濠・裁判所がクラーケンに800万ドルの罰金
オーストラリアの連邦裁判所は、米国を拠点とする仮想通貨取引所クラーケン(Kraken)のオーストラリアの運営会社に対し、同国の企業規制当局の味方をした上で800万オーストラリアドル(約7.8億円)の罰金を科したことが明らかになった。
Legal proceedings launched by ASIC have seen the Australian operator of the Kraken crypto exchange ordered to pay $8 million for unlawfully issuing a credit facility to more than 1,100 Australian customers https://t.co/YH8A4QRMTH pic.twitter.com/nB16fnTMmg
— ASIC Media (@asicmedia) December 12, 2024
ASICが開始した法的手続きにより、オーストラリアの仮想通貨取引所クラーケンの運営者は、1,100人以上のオーストラリアの顧客に違法に信用枠を発行したとして800万ドルの支払いを命じられた
ジョン・ニコラス(John Nicholas)判事は2024年12月12日(木曜日)の判決で、クラーケン・オーストラリアを運営するビット・トレード(Bit Trade)社に対し、60日以内に罰金を支払い、裁判費用を負担するよう命じた。裁判所は、同社が設計と流通の義務を遵守せず、無許可でクレジットファシリティとして行動したと認定。
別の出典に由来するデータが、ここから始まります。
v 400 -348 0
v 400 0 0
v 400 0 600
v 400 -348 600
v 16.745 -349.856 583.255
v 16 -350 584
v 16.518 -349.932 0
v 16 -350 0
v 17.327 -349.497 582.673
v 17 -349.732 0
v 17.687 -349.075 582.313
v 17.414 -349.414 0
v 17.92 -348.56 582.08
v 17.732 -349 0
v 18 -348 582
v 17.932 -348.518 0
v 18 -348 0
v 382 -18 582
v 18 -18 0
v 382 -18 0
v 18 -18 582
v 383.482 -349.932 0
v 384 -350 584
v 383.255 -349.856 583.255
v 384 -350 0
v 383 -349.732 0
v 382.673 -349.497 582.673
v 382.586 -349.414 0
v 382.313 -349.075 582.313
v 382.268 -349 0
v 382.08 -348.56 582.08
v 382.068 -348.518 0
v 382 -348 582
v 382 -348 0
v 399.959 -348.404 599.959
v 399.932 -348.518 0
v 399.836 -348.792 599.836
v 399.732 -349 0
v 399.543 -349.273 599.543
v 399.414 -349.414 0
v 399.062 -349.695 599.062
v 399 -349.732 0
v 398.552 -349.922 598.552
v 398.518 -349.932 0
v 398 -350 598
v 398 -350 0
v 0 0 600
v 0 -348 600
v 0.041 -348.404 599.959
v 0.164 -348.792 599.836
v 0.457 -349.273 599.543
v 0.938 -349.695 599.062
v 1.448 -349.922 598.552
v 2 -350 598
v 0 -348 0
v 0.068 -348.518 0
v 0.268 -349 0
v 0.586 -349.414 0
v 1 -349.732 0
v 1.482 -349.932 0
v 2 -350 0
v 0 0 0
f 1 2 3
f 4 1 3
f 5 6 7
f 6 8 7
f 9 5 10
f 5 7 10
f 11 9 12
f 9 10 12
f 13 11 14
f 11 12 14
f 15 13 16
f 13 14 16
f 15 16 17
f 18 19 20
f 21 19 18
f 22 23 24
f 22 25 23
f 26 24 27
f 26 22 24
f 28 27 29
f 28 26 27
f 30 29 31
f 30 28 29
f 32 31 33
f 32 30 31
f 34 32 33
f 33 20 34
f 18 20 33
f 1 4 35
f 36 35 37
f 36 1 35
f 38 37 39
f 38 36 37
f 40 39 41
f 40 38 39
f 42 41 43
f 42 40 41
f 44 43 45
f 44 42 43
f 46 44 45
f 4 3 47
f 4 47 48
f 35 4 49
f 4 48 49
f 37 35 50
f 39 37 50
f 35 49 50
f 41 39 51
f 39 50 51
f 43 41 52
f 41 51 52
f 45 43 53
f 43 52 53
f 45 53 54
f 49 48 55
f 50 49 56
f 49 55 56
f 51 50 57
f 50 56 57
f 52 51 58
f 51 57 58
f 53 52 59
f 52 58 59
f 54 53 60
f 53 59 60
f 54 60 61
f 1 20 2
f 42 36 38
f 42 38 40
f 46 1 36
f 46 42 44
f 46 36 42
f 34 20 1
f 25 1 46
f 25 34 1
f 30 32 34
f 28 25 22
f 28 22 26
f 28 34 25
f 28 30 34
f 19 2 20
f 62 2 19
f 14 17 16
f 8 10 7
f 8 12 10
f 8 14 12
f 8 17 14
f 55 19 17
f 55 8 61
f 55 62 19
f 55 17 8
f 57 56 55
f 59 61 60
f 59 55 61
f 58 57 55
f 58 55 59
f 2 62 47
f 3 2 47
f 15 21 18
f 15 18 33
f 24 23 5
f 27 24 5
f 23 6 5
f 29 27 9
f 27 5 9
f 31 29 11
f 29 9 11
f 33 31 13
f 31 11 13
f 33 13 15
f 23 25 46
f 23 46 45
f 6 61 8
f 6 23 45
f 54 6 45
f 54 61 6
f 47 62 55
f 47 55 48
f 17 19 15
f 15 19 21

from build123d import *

# Parameters (mm, degrees)
F0_W     = 48.4505593777
F0_H     = 45.2879294753
F1_DEPTH = 350
F2_DEPTH = 18
F3_DEPTH = 600
F4_DEPTH = 400
F5_T     = -18
F6_R     = 2
F7_R     = 2


with BuildPart() as f1:
    # F0 (on Front) → F1 (new body)
    with BuildSketch(Plane.XZ):
        with Locations((24.2252796888, 22.6439647377)):
            Rectangle(F0_W, F0_H)
    extrude(amount=F1_DEPTH)

    # F2 (intersect): a face of the model
    f2_faces = [f1.faces().sort_by_distance(p)[0] for p in [
        (0, -175, 22.6439647377),
    ]]
    extrude(f2_faces, amount=-F2_DEPTH, mode=Mode.INTERSECT)

    # F3 (add): a face of the model
    f3_faces = [f1.faces().sort_by_distance(p)[0] for p in [
        (9, -175, 0),
    ]]
    extrude(f3_faces, amount=-F3_DEPTH)

    # F4 (add): a face of the model
    f4_faces = [f1.faces().sort_by_distance(p)[0] for p in [
        (0, -175, 300),
    ]]
    extrude(f4_faces, amount=-F4_DEPTH)

    # F5
    f5_openings = [f1.faces().sort_by_distance(p)[0] for p in [
        (200, -350, 300),
        (200, -175, 0),
    ]]
    offset(amount=F5_T, openings=f5_openings)

    # F6
    f6_edges = [f1.edges().sort_by_distance(p)[0] for p in [
        (400, -350, 300),
        (200, -350, 600),
        (0, -350, 300),
    ]]
    fillet(f6_edges, radius=F6_R)

    # F7
    f7_edges = [f1.edges().sort_by_distance(p)[0] for p in [
        (18, -350, 291),
        (382, -350, 291),
        (200, -350, 582),
    ]]
    fillet(f7_edges, radius=F7_R)


solid = f1.part
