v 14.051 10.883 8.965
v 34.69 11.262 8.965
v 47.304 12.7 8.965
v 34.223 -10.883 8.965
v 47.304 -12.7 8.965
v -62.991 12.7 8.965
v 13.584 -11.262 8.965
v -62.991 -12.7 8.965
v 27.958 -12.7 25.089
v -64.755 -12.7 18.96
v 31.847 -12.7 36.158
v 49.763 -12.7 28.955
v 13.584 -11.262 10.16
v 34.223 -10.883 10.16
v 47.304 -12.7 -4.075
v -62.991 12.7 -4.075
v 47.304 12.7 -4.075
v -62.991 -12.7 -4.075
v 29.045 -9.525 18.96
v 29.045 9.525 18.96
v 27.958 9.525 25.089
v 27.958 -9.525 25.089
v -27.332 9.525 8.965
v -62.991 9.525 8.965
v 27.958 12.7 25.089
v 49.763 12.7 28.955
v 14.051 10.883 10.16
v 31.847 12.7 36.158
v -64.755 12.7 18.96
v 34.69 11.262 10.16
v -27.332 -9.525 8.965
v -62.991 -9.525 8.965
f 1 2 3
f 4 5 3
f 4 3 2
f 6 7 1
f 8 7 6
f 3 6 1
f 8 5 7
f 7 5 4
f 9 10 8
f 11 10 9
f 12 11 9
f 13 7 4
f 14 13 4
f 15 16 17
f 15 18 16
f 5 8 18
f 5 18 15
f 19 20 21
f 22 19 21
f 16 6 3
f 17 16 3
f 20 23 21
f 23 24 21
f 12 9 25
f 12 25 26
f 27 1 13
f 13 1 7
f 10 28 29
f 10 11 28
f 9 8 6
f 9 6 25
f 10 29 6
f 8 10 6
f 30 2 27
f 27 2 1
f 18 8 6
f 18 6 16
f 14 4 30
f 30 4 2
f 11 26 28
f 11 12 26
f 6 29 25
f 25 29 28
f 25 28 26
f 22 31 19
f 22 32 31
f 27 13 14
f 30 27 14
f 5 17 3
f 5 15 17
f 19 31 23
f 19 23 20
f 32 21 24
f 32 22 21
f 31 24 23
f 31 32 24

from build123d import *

# Parameters (mm, degrees)
F1_DEPTH = 12.7
F2_DEPTH = 9.525
F4_DEPTH = 10.16


with BuildPart() as f1:
    # F0 (on Front) → F1 (new body, symmetric)
    with BuildSketch(Plane.XZ):
        Polygon((-64.755325, 18.960131), (-62.99147, 8.964936), (27.957994, 25.088938), (49.762625, 28.954579), (31.846724, 36.157791), align=None)
        Polygon((47.304407, -4.07497), (47.304407, 8.964936), (-27.33244, 8.964936), (-62.99147, 8.964936), (-62.99147, -4.07497), align=None)
    extrude(amount=F1_DEPTH, both=True)

    # F3 (on Top) → F4 (join)
    with BuildSketch(Plane.XY):
        Polygon((24.137095, 0), (14.05099, 10.882558), (13.583876, -11.261532), align=None)
        Polygon((34.690313, 11.261532), (14.05099, 10.882558), (24.137095, 0), align=None)
        Polygon((24.137095, 0), (13.583876, -11.261532), (34.223199, -10.882558), align=None)
        Polygon((34.690313, 11.261532), (24.137095, 0), (34.223199, -10.882558), align=None)
    extrude(amount=F4_DEPTH)


with BuildPart() as f2:
    # F0 (on Front) → F2 (new body, symmetric)
    with BuildSketch(Plane.XZ):
        Polygon((-62.99147, 8.964936), (-27.33244, 8.964936), (29.044608, 18.959757), (27.957994, 25.088938), align=None)
    extrude(amount=F2_DEPTH, both=True)


solid = Compound([f1.part, f2.part])
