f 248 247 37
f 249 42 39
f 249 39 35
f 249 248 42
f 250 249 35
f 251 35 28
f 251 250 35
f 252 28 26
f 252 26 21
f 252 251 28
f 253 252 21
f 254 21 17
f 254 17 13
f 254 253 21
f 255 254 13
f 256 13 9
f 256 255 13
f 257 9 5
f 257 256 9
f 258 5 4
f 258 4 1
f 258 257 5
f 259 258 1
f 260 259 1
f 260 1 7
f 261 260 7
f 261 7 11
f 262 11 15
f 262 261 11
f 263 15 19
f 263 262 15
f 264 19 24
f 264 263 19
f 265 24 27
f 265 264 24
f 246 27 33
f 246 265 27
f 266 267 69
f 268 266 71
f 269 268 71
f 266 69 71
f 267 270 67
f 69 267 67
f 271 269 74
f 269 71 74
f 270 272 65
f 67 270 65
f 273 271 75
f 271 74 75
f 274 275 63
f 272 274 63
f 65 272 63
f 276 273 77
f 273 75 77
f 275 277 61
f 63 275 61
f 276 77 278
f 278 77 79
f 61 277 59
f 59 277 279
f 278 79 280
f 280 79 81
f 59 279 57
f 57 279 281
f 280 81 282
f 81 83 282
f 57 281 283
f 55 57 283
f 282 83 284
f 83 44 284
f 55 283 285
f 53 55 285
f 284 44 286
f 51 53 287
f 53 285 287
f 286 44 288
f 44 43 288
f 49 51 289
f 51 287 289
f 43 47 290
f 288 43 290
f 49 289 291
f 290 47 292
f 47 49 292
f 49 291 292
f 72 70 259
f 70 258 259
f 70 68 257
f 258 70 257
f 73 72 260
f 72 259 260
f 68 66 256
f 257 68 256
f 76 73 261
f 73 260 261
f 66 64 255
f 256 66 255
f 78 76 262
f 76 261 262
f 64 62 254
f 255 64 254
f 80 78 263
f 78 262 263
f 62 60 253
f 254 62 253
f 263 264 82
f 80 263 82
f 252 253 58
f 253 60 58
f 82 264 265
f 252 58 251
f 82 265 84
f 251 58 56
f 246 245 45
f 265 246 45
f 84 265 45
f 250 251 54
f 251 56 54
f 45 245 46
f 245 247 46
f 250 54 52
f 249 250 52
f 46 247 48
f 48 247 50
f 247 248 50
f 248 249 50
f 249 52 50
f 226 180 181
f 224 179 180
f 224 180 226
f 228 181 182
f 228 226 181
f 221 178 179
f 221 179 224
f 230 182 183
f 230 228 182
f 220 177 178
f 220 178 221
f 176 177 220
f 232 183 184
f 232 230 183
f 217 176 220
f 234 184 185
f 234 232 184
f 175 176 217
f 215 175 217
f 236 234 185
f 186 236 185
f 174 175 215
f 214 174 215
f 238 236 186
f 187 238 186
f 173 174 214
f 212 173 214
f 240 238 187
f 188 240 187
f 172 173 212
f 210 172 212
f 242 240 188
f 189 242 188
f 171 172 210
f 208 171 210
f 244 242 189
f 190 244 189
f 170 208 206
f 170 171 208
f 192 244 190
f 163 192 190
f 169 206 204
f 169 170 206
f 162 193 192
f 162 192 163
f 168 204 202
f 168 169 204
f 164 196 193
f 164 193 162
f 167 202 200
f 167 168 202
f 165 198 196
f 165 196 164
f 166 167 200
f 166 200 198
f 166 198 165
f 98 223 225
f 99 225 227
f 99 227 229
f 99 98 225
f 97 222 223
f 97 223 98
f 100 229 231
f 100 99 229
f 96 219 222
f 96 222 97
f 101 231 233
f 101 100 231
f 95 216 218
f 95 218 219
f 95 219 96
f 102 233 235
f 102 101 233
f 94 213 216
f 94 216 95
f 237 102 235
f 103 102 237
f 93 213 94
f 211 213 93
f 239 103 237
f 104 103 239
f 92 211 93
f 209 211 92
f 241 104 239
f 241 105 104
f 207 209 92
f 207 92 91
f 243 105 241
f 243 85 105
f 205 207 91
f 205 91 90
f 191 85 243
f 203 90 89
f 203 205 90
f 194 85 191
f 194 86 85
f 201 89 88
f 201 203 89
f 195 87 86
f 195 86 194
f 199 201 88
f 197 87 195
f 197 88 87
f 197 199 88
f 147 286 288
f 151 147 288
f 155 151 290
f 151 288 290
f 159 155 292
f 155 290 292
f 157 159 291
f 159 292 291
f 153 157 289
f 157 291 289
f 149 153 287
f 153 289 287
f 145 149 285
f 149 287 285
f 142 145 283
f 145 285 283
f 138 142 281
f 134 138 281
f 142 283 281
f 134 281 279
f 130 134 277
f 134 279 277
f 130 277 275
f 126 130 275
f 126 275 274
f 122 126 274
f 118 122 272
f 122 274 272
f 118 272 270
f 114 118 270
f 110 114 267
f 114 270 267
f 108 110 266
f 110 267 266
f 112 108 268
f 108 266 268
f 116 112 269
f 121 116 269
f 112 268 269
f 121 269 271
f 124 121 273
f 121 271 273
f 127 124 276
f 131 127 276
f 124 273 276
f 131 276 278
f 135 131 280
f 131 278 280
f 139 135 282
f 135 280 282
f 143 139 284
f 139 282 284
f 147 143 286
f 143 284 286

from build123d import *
この罰金は、ASIC(オーストラリア証券投資委員会)が求めていた1,280万ドル(約19.7億円)を下回るもので、同判事はこれを過剰と評したようだ。それでも、250万ドルに制裁金を抑えるという同社の要求を上回っており、裁判官はこれを不十分と判断しており、クラーケンの広報担当者は次のように述べている。
裁判所がわれわれのコンプライアンスへの取り組みを認めてくれたことはありがたいが、今回の結果には失望している。
対象市場の決定は、投資家に損害を与える可能性も
ニコラス判事は2023年9月にASICがビット・トレード社を提訴した際、同社が法的に義務付けられているTMD(対象市場決定)なしに、ユーザーにレバレッジをかけた仮想通貨や不換紙幣の取引を可能にする“マージンエクステンション”商品を提供していたとして、ASIC側に立っていた。またASICのジョー・ロンゴ(Joe Longo)委員長は12月12日の声明で次のように述べている。
対象市場の決定は、投資家に損害を与える可能性のある商品を不適切に販売しないようにするための基本的なものである。
ロンゴ委員長は、1,100人以上のオーストラリア人がこの商品を利用し、700万ドル(約10億円)以上の手数料と利息を請求され、500万ドル(約7.7億円)以上の損失を被ったと指摘したうえ、次のようにコメントしている。
これは重要な結果です。これは、TMDを持たなかった企業に対するASIC初の罰則であり、デジタル資産企業に対して、規制遵守義務を検討するよう注意を促すものである。
一方で、同判事は声明の中で、「ビットトレードの違反は深刻であり、収益を最大化したいという願望が動機となっていることに納得している」と述べており、証拠金延長はASICが介入するまで現地の会社法を全く考慮することなく提供されたと述べた。
ビット・トレードはASICが同商品のTMDを要求していることを知った後、取引所に対してTMDを作成するか、リテール顧客以外への同商品の提供を制限するよう要求。代わりに、取引所はリテール顧客への商品提供を続けたと同判事は付け加えた。